# BR Recommendations?



## davemayo (Nov 17, 2005)

Just took the BR plunge. Any recommedations for movies I should start with?

Thanks.

DM


----------



## Brandon428 (Mar 21, 2007)

Live Free Die Hard or Ratatouille. I love Live Free Die Hard and it sounds great with a good sound system. Ratatouille to me wasn't that great of a movie but it does look great in 1080p.


----------



## Stewart Vernon (Jan 7, 2005)

I've seen lots of folks now switching their vote from Ratatouille to Kung Fu Panda on other sites. I picked up Rat the other day at a local used store and just picked up Panda tonight, haven't watched either yet (have seen bits of Rat on satellite though). I've also bought and watched Cars and it was quite nice too.

I was quite pleased with Blade Runner, though it isn't "reference" just a really nice version of a good movie and multiple versions to boot. My copy is HD DVD, but I assume the Blu is just as nice.

I also picked up Baraka as a blind buy based on recommendations and reviews online of how stunning the video quality was (original movie shot on 70mm film).

Iron Man was another nice movie I recently bought and watched.

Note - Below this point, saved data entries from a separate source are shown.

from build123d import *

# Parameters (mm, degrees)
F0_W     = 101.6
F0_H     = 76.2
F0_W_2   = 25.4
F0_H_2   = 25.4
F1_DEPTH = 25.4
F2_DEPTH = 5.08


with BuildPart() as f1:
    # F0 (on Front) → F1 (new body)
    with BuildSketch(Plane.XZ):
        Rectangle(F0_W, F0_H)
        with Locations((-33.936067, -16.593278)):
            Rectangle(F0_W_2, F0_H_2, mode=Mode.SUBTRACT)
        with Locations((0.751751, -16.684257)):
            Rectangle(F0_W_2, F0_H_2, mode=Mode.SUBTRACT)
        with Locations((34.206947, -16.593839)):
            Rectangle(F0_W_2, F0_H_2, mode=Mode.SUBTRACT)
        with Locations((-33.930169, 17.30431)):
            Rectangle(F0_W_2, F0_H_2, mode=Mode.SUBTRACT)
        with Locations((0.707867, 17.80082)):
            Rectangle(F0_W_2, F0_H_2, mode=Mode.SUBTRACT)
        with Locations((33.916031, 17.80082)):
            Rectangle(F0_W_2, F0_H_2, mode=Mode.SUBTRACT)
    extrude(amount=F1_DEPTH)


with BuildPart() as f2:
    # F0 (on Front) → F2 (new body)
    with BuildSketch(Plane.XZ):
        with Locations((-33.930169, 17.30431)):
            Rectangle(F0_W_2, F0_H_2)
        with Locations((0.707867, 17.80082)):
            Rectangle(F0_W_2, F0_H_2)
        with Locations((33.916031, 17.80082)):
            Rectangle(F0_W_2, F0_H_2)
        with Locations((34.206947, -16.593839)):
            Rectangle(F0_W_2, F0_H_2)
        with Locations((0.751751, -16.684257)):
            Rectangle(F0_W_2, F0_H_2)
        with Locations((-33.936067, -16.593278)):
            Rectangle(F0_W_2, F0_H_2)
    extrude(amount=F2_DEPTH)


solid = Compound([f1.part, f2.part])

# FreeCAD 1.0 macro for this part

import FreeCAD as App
import Part
import Sketcher
from FreeCAD import Vector
Q = App.Units.Quantity

doc = App.newDocument("Part")
body = doc.addObject("PartDesign::Body", "Body")

# Sketch on XZ plane
sketch1 = doc.addObject("Sketcher::SketchObject", "Sketch")
body.addObject(sketch1)
sketch1.AttachmentSupport = (doc.XZ_Plane, [""])
sketch1.MapMode = "FlatFace"
sketch1.addGeometry([
    Part.LineSegment(Vector(-51, 38, 0), Vector(-51, -38, 0)),  # 0
    Part.LineSegment(Vector(-51, -38, 0), Vector(51, -38, 0)),  # 1
    Part.LineSegment(Vector(51, -38, 0), Vector(51, 38, 0)),  # 2
    Part.LineSegment(Vector(51, 38, 0), Vector(-51, 38, 0)),  # 3
    Part.LineSegment(Vector(-21, -29, 0), Vector(-47, -29, 0)),  # 4
    Part.LineSegment(Vector(-47, -29, 0), Vector(-47, -4, 0)),  # 5
    Part.LineSegment(Vector(-47, -4, 0), Vector(-21, -4, 0)),  # 6
    Part.LineSegment(Vector(-21, -4, 0), Vector(-21, -29, 0)),  # 7
    Part.LineSegment(Vector(13, -29, 0), Vector(-12, -29, 0)),  # 8
    Part.LineSegment(Vector(-12, -29, 0), Vector(-12, -4, 0)),  # 9
    Part.LineSegment(Vector(-12, -4, 0), Vector(13, -4, 0)),  # 10
    Part.LineSegment(Vector(13, -4, 0), Vector(13, -29, 0)),  # 11
    Part.LineSegment(Vector(47, -29, 0), Vector(22, -29, 0)),  # 12
    Part.LineSegment(Vector(22, -29, 0), Vector(22, -4, 0)),  # 13
    Part.LineSegment(Vector(22, -4, 0), Vector(47, -4, 0)),  # 14
    Part.LineSegment(Vector(47, -4, 0), Vector(47, -29, 0)),  # 15
    Part.LineSegment(Vector(-21, 5, 0), Vector(-47, 5, 0)),  # 16
    Part.LineSegment(Vector(-47, 5, 0), Vector(-47, 30, 0)),  # 17
    Part.LineSegment(Vector(-47, 30, 0), Vector(-21, 30, 0)),  # 18
    Part.LineSegment(Vector(-21, 30, 0), Vector(-21, 5, 0)),  # 19
    Part.LineSegment(Vector(13, 5, 0), Vector(-12, 5, 0)),  # 20
    Part.LineSegment(Vector(-12, 5, 0), Vector(-12, 31, 0)),  # 21
    Part.LineSegment(Vector(-12, 31, 0), Vector(13, 31, 0)),  # 22
    Part.LineSegment(Vector(13, 31, 0), Vector(13, 5, 0)),  # 23
    Part.LineSegment(Vector(47, 5, 0), Vector(21, 5, 0)),  # 24
    Part.LineSegment(Vector(21, 5, 0), Vector(21, 31, 0)),  # 25
    Part.LineSegment(Vector(21, 31, 0), Vector(47, 31, 0)),  # 26
    Part.LineSegment(Vector(47, 31, 0), Vector(47, 5, 0)),  # 27
], False)
sketch1.addConstraint([
    Sketcher.Constraint("Coincident", 0, 2, 1, 1),
    Sketcher.Constraint("Coincident", 1, 2, 2, 1),
    Sketcher.Constraint("Coincident", 2, 2, 3, 1),
    Sketcher.Constraint("Coincident", 3, 2, 0, 1),
    Sketcher.Constraint("Coincident", 4, 2, 5, 1),
    Sketcher.Constraint("Coincident", 5, 2, 6, 1),
    Sketcher.Constraint("Coincident", 6, 2, 7, 1),
    Sketcher.Constraint("Coincident", 7, 2, 4, 1),
    Sketcher.Constraint("Coincident", 8, 2, 9, 1),
    Sketcher.Constraint("Coincident", 9, 2, 10, 1),
    Sketcher.Constraint("Coincident", 10, 2, 11, 1),
    Sketcher.Constraint("Coincident", 11, 2, 8, 1),
    Sketcher.Constraint("Coincident", 12, 2, 13, 1),
    Sketcher.Constraint("Coincident", 13, 2, 14, 1),
    Sketcher.Constraint("Coincident", 14, 2, 15, 1),
    Sketcher.Constraint("Coincident", 15, 2, 12, 1),
    Sketcher.Constraint("Coincident", 16, 2, 17, 1),
    Sketcher.Constraint("Coincident", 17, 2, 18, 1),
    Sketcher.Constraint("Coincident", 18, 2, 19, 1),
    Sketcher.Constraint("Coincident", 19, 2, 16, 1),
    Sketcher.Constraint("Coincident", 20, 2, 21, 1),
    Sketcher.Constraint("Coincident", 21, 2, 22, 1),
    Sketcher.Constraint("Coincident", 22, 2, 23, 1),
    Sketcher.Constraint("Coincident", 23, 2, 20, 1),
    Sketcher.Constraint("Coincident", 24, 2, 25, 1),
    Sketcher.Constraint("Coincident", 25, 2, 26, 1),
    Sketcher.Constraint("Coincident", 26, 2, 27, 1),
    Sketcher.Constraint("Coincident", 27, 2, 24, 1),
    Sketcher.Constraint("Vertical", 0),
    Sketcher.Constraint("Horizontal", 1),
    Sketcher.Constraint("Vertical", 2),
    Sketcher.Constraint("Horizontal", 3),
    Sketcher.Constraint("Horizontal", 4),
    Sketcher.Constraint("Vertical", 5),
    Sketcher.Constraint("Horizontal", 6),
    Sketcher.Constraint("Vertical", 7),
    Sketcher.Constraint("Horizontal", 8),
    Sketcher.Constraint("Vertical", 9),
    Sketcher.Constraint("Horizontal", 10),
    Sketcher.Constraint("Vertical", 11),
    Sketcher.Constraint("Horizontal", 12),
    Sketcher.Constraint("Vertical", 13),
    Sketcher.Constraint("Horizontal", 14),
    Sketcher.Constraint("Vertical", 15),
    Sketcher.Constraint("Horizontal", 16),
    Sketcher.Constraint("Vertical", 17),
    Sketcher.Constraint("Horizontal", 18),
    Sketcher.Constraint("Vertical", 19),
    Sketcher.Constraint("Horizontal", 20),
    Sketcher.Constraint("Vertical", 21),
    Sketcher.Constraint("Horizontal", 22),
    Sketcher.Constraint("Vertical", 23),
    Sketcher.Constraint("Horizontal", 24),
    Sketcher.Constraint("Vertical", 25),
    Sketcher.Constraint("Horizontal", 26),
    Sketcher.Constraint("Vertical", 27),
    Sketcher.Constraint("Symmetric", 0, 2, 2, 2, -1, 1),
    Sketcher.Constraint("Horizontal", 23, 2, 24, 2),
    Sketcher.Constraint("Horizontal", 22, 2, 25, 2),
    Sketcher.Constraint("Equal", 6, 8),
    Sketcher.Constraint("Equal", 10, 12),
    Sketcher.Constraint("Equal", 14, 16),
    Sketcher.Constraint("Equal", 18, 20),
    Sketcher.Constraint("Equal", 22, 24),
    Sketcher.Constraint("Equal", 26, 5),
    Sketcher.Constraint("Equal", 7, 9),
    Sketcher.Constraint("Equal", 11, 13),
    Sketcher.Constraint("Equal", 15, 17),
    Sketcher.Constraint("Equal", 19, 21),
    Sketcher.Constraint("DistanceX", 1, 1, 1, 2, Q("4 in")),
    Sketcher.Constraint("DistanceX", 4, 2, 4, 1, Q("1 in")),
    Sketcher.Constraint("DistanceY", 0, 2, 0, 1, Q("3 in")),
    Sketcher.Constraint("DistanceY", 4, 2, -1, 1, Q("29.293278 mm")),
    Sketcher.Constraint("DistanceX", 8, 2, -1, 1, Q("11.948249 mm")),
    Sketcher.Constraint("DistanceY", 12, 2, -1, 1, Q("29.293839 mm")),
    Sketcher.Constraint("DistanceX", 16, 2, -1, 1, Q("46.630169 mm")),
    Sketcher.Constraint("DistanceY", -1, 1, 16, 2, Q("4.60431 mm")),
    Sketcher.Constraint("DistanceY", -1, 1, 20, 2, Q("5.10082 mm")),
    Sketcher.Constraint("DistanceX", -1, 1, 24, 2, Q("21.216031 mm")),
    Sketcher.Constraint("DistanceY", 8, 2, 7, 2, Q("0.090979 mm")),
    Sketcher.Constraint("DistanceX", 22, 2, 13, 2, Q("8.09908 mm")),
    Sketcher.Constraint("DistanceX", 4, 2, -1, 1, Q("46.636067 mm")),
    Sketcher.Constraint("DistanceX", -1, 1, 12, 2, Q("21.506947 mm")),
])
pad1 = doc.addObject("PartDesign::Pad", "Pad")
body.addObject(pad1)
pad1.Profile = sketch1
pad1.Length = Q("1 in")
body2 = doc.addObject("PartDesign::Body", "Body001")
body2.AllowCompound = True

# Sketch on XZ plane
sketch2 = doc.addObject("Sketcher::SketchObject", "Sketch001")
body2.addObject(sketch2)
sketch2.AttachmentSupport = (doc.getObject("XZ_Plane001"), [""])
sketch2.MapMode = "FlatFace"
sketch2.addGeometry([
    Part.LineSegment(Vector(-47, 30, 0), Vector(-47, 5, 0)),  # 0
    Part.LineSegment(Vector(-47, 5, 0), Vector(-21, 5, 0)),  # 1
    Part.LineSegment(Vector(-21, 5, 0), Vector(-21, 30, 0)),  # 2
    Part.LineSegment(Vector(-21, 30, 0), Vector(-47, 30, 0)),  # 3
    Part.LineSegment(Vector(-12, 31, 0), Vector(-12, 5, 0)),  # 4
    Part.LineSegment(Vector(-12, 5, 0), Vector(13, 5, 0)),  # 5
    Part.LineSegment(Vector(13, 5, 0), Vector(13, 31, 0)),  # 6
    Part.LineSegment(Vector(13, 31, 0), Vector(-12, 31, 0)),  # 7
    Part.LineSegment(Vector(21, 31, 0), Vector(21, 5, 0)),  # 8
    Part.LineSegment(Vector(21, 5, 0), Vector(47, 5, 0)),  # 9
    Part.LineSegment(Vector(47, 5, 0), Vector(47, 31, 0)),  # 10
    Part.LineSegment(Vector(47, 31, 0), Vector(21, 31, 0)),  # 11
    Part.LineSegment(Vector(22, -4, 0), Vector(22, -29, 0)),  # 12
    Part.LineSegment(Vector(22, -29, 0), Vector(47, -29, 0)),  # 13
    Part.LineSegment(Vector(47, -29, 0), Vector(47, -4, 0)),  # 14
    Part.LineSegment(Vector(47, -4, 0), Vector(22, -4, 0)),  # 15
    Part.LineSegment(Vector(-12, -4, 0), Vector(-12, -29, 0)),  # 16
    Part.LineSegment(Vector(-12, -29, 0), Vector(13, -29, 0)),  # 17
    Part.LineSegment(Vector(13, -29, 0), Vector(13, -4, 0)),  # 18
    Part.LineSegment(Vector(13, -4, 0), Vector(-12, -4, 0)),  # 19
    Part.LineSegment(Vector(-47, -4, 0), Vector(-47, -29, 0)),  # 20
    Part.LineSegment(Vector(-47, -29, 0), Vector(-21, -29, 0)),  # 21
    Part.LineSegment(Vector(-21, -29, 0), Vector(-21, -4, 0)),  # 22
    Part.LineSegment(Vector(-21, -4, 0), Vector(-47, -4, 0)),  # 23
], False)
sketch2.addConstraint([
    Sketcher.Constraint("Coincident", 0, 2, 1, 1),
    Sketcher.Constraint("Coincident", 1, 2, 2, 1),
    Sketcher.Constraint("Coincident", 2, 2, 3, 1),
    Sketcher.Constraint("Coincident", 3, 2, 0, 1),
    Sketcher.Constraint("Coincident", 4, 2, 5, 1),
    Sketcher.Constraint("Coincident", 5, 2, 6, 1),
    Sketcher.Constraint("Coincident", 6, 2, 7, 1),
    Sketcher.Constraint("Coincident", 7, 2, 4, 1),
    Sketcher.Constraint("Coincident", 8, 2, 9, 1),
    Sketcher.Constraint("Coincident", 9, 2, 10, 1),
    Sketcher.Constraint("Coincident", 10, 2, 11, 1),
    Sketcher.Constraint("Coincident", 11, 2, 8, 1),
    Sketcher.Constraint("Coincident", 12, 2, 13, 1),
    Sketcher.Constraint("Coincident", 13, 2, 14, 1),
    Sketcher.Constraint("Coincident", 14, 2, 15, 1),
    Sketcher.Constraint("Coincident", 15, 2, 12, 1),
    Sketcher.Constraint("Coincident", 16, 2, 17, 1),
    Sketcher.Constraint("Coincident", 17, 2, 18, 1),
    Sketcher.Constraint("Coincident", 18, 2, 19, 1),
    Sketcher.Constraint("Coincident", 19, 2, 16, 1),
    Sketcher.Constraint("Coincident", 20, 2, 21, 1),
    Sketcher.Constraint("Coincident", 21, 2, 22, 1),
    Sketcher.Constraint("Coincident", 22, 2, 23, 1),
    Sketcher.Constraint("Coincident", 23, 2, 20, 1),
    Sketcher.Constraint("Vertical", 0),
    Sketcher.Constraint("Horizontal", 1),
    Sketcher.Constraint("Vertical", 2),
    Sketcher.Constraint("Horizontal", 3),
    Sketcher.Constraint("Vertical", 4),
    Sketcher.Constraint("Horizontal", 5),
    Sketcher.Constraint("Vertical", 6),
    Sketcher.Constraint("Horizontal", 7),
    Sketcher.Constraint("Vertical", 8),
    Sketcher.Constraint("Horizontal", 9),
    Sketcher.Constraint("Vertical", 10),
    Sketcher.Constraint("Horizontal", 11),
    Sketcher.Constraint("Vertical", 12),
    Sketcher.Constraint("Horizontal", 13),
    Sketcher.Constraint("Vertical", 14),
    Sketcher.Constraint("Horizontal", 15),
    Sketcher.Constraint("Vertical", 16),
    Sketcher.Constraint("Horizontal", 17),
    Sketcher.Constraint("Vertical", 18),
    Sketcher.Constraint("Horizontal", 19),
    Sketcher.Constraint("Vertical", 20),
    Sketcher.Constraint("Horizontal", 21),
    Sketcher.Constraint("Vertical", 22),
    Sketcher.Constraint("Horizontal", 23),
    Sketcher.Constraint("Horizontal", 5, 2, 8, 2),
    Sketcher.Constraint("Horizontal", 7, 2, 10, 2),
    Sketcher.Constraint("Equal", 3, 5),
    Sketcher.Constraint("Equal", 7, 9),
    Sketcher.Constraint("Equal", 11, 13),
    Sketcher.Constraint("Equal", 15, 17),
    Sketcher.Constraint("Equal", 19, 21),
    Sketcher.Constraint("Equal", 23, 0),
    Sketcher.Constraint("Equal", 2, 4),
    Sketcher.Constraint("Equal", 10, 12),
    Sketcher.Constraint("Equal", 14, 16),
    Sketcher.Constraint("Equal", 18, 20),
    Sketcher.Constraint("DistanceX", 1, 1, 1, 2, Q("1 in")),
    Sketcher.Constraint("DistanceX", 1, 2, 8, 2, Q("42.4462 mm")),
    Sketcher.Constraint("DistanceX", 0, 2, -1, 1, Q("46.630169 mm")),
    Sketcher.Constraint("DistanceY", -1, 1, 0, 2, Q("4.60431 mm")),
    Sketcher.Constraint("DistanceY", -1, 1, 4, 2, Q("5.10082 mm")),
    Sketcher.Constraint("DistanceY", 12, 2, -1, 1, Q("29.293839 mm")),
    Sketcher.Constraint("DistanceX", 16, 2, -1, 1, Q("11.948249 mm")),
    Sketcher.Constraint("DistanceY", 20, 2, -1, 1, Q("29.293278 mm")),
    Sketcher.Constraint("DistanceX", 5, 2, 12, 2, Q("8.09908 mm")),
    Sketcher.Constraint("DistanceY", 16, 2, 12, 2, Q("0.090418 mm")),
    Sketcher.Constraint("DistanceX", 4, 2, -1, 1, Q("11.992133 mm")),
    Sketcher.Constraint("DistanceX", 20, 2, -1, 1, Q("46.636067 mm")),
])
pad2 = doc.addObject("PartDesign::Pad", "Pad001")
body2.addObject(pad2)
pad2.Profile = sketch2
pad2.Length = Q("0.2 in")

doc.recompute()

Other movies might depend on what your general taste in films are and how much you want it for the eye candy and how much for the storyline.


----------



## davemayo (Nov 17, 2005)

I'm not too picky when it comes to movies, but I haven't seen a ton of them. At this point I'm looking for eye candy.


----------



## Stuart Sweet (Jun 19, 2006)

Iron Man is great, and you can find Pirates of the Caribbean (the first one) at Best Buy for $18.99 at Best Buy, I think. 

Roger Ebert recommends Baraka, which is hard to find, but supposedly the best picture ever. It was shot completely on 70mm and remastered at 8k resolution (4x more than 1080p.)


----------



## Steve615 (Feb 5, 2006)

We took the BR plunge last night,courtesy of a good deal on an LG Blu-ray/HD DVD combo player,BH 200 is the model number.
Twister looks and sounds awesome on Blu-ray.


----------



## jselinger24 (Jan 27, 2007)

300 - definitely looks awesome on Blu-Ray.

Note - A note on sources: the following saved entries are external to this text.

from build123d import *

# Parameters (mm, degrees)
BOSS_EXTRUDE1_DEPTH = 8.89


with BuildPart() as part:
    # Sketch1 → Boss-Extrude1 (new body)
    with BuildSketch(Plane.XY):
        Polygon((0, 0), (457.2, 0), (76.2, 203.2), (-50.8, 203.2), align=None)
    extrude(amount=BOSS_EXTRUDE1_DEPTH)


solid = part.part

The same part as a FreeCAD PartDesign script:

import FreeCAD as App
import Part
import Sketcher
from FreeCAD import Vector
Q = App.Units.Quantity

doc = App.newDocument("Part")
body = doc.addObject("PartDesign::Body", "Body")

# Sketch on XY plane
sketch1 = body.newObject("Sketcher::SketchObject", "Sketch")
sketch1.AttachmentSupport = (doc.getObject("XY_Plane"), [""])
sketch1.MapMode = "FlatFace"
sketch1.addGeometry([
    Part.LineSegment(Vector(0, 0, 0), Vector(457.2, 0, 0)),
    Part.LineSegment(Vector(457.2, 0, 0), Vector(76.2, 203.2, 0)),
    Part.LineSegment(Vector(76.2, 203.2, 0), Vector(-50.8, 203.2, 0)),
    Part.LineSegment(Vector(-50.8, 203.2, 0), Vector(0, 0, 0)),
], False)
sketch1.addConstraint([
    Sketcher.Constraint("Coincident", 0, 2, 1, 1),
    Sketcher.Constraint("Coincident", 1, 2, 2, 1),
    Sketcher.Constraint("Coincident", 2, 2, 3, 1),
    Sketcher.Constraint("Coincident", 3, 2, 0, 1),
    Sketcher.Constraint("Horizontal", 0),
    Sketcher.Constraint("Horizontal", 2),
    Sketcher.Constraint("Coincident", 3, 2, -1, 1),
    Sketcher.Constraint("DistanceX", 0, 1, 0, 2, Q("18 in")),
    Sketcher.Constraint("DistanceX", 2, 2, 2, 1, Q("5 in")),
    Sketcher.Constraint("Distance", 1, Q("17 in")),
    Sketcher.Constraint("DistanceX", -1, 1, 1, 2, Q("3 in")),
])
pad1 = body.newObject("PartDesign::Pad", "Pad")
pad1.Profile = sketch1
pad1.Length = Q("0.35 in")

doc.recompute()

Gotta agree w/ Live Free or Die Hard.

Also, Indiana Jones and the Kingdom of the Crystal Skulls looks great as does Transformers.


----------



## davemayo (Nov 17, 2005)

Thanks for all the recommendations.

What is Baraka? Never heard of it.


----------



## Stuart Sweet (Jun 19, 2006)

Please see: http://rogerebert.suntimes.com/apps/pbcs.dll/article?AID=/19931112/REVIEWS/311120301/1023

If you have a 1080i or 720p television anyway you may also enjoy Planet Earth.


----------



## Cholly (Mar 22, 2004)

Planet Earth, the Sting, 300, V for Vendetta, the Matrix Trilogy, the Bourne series, Ocean's 13, Pirates of the Caribbean, 310 to Yuma, Hellboy, Syriana to name a few. It really depends on your interests, but Planet Earth is visually stunning and educational for all ages. You might try renting a few titles at Blockbuster initially. If you are interested in building a collection, try Amazon.com, where many videos are available for 30% off retail.


----------



## davemayo (Nov 17, 2005)

Cholly said:


> Planet Earth, the Sting, 300, V for Vendetta, the Matrix Trilogy, the Bourne series, Ocean's 13, Pirates of the Caribbean, 310 to Yuma, Hellboy, Syriana to name a few. It really depends on your interests, but Planet Earth is visually stunning and educational for all ages. You might try renting a few titles at Blockbuster initially. If you are interested in building a collection, try Amazon.com, where many videos are available for 30% off retail.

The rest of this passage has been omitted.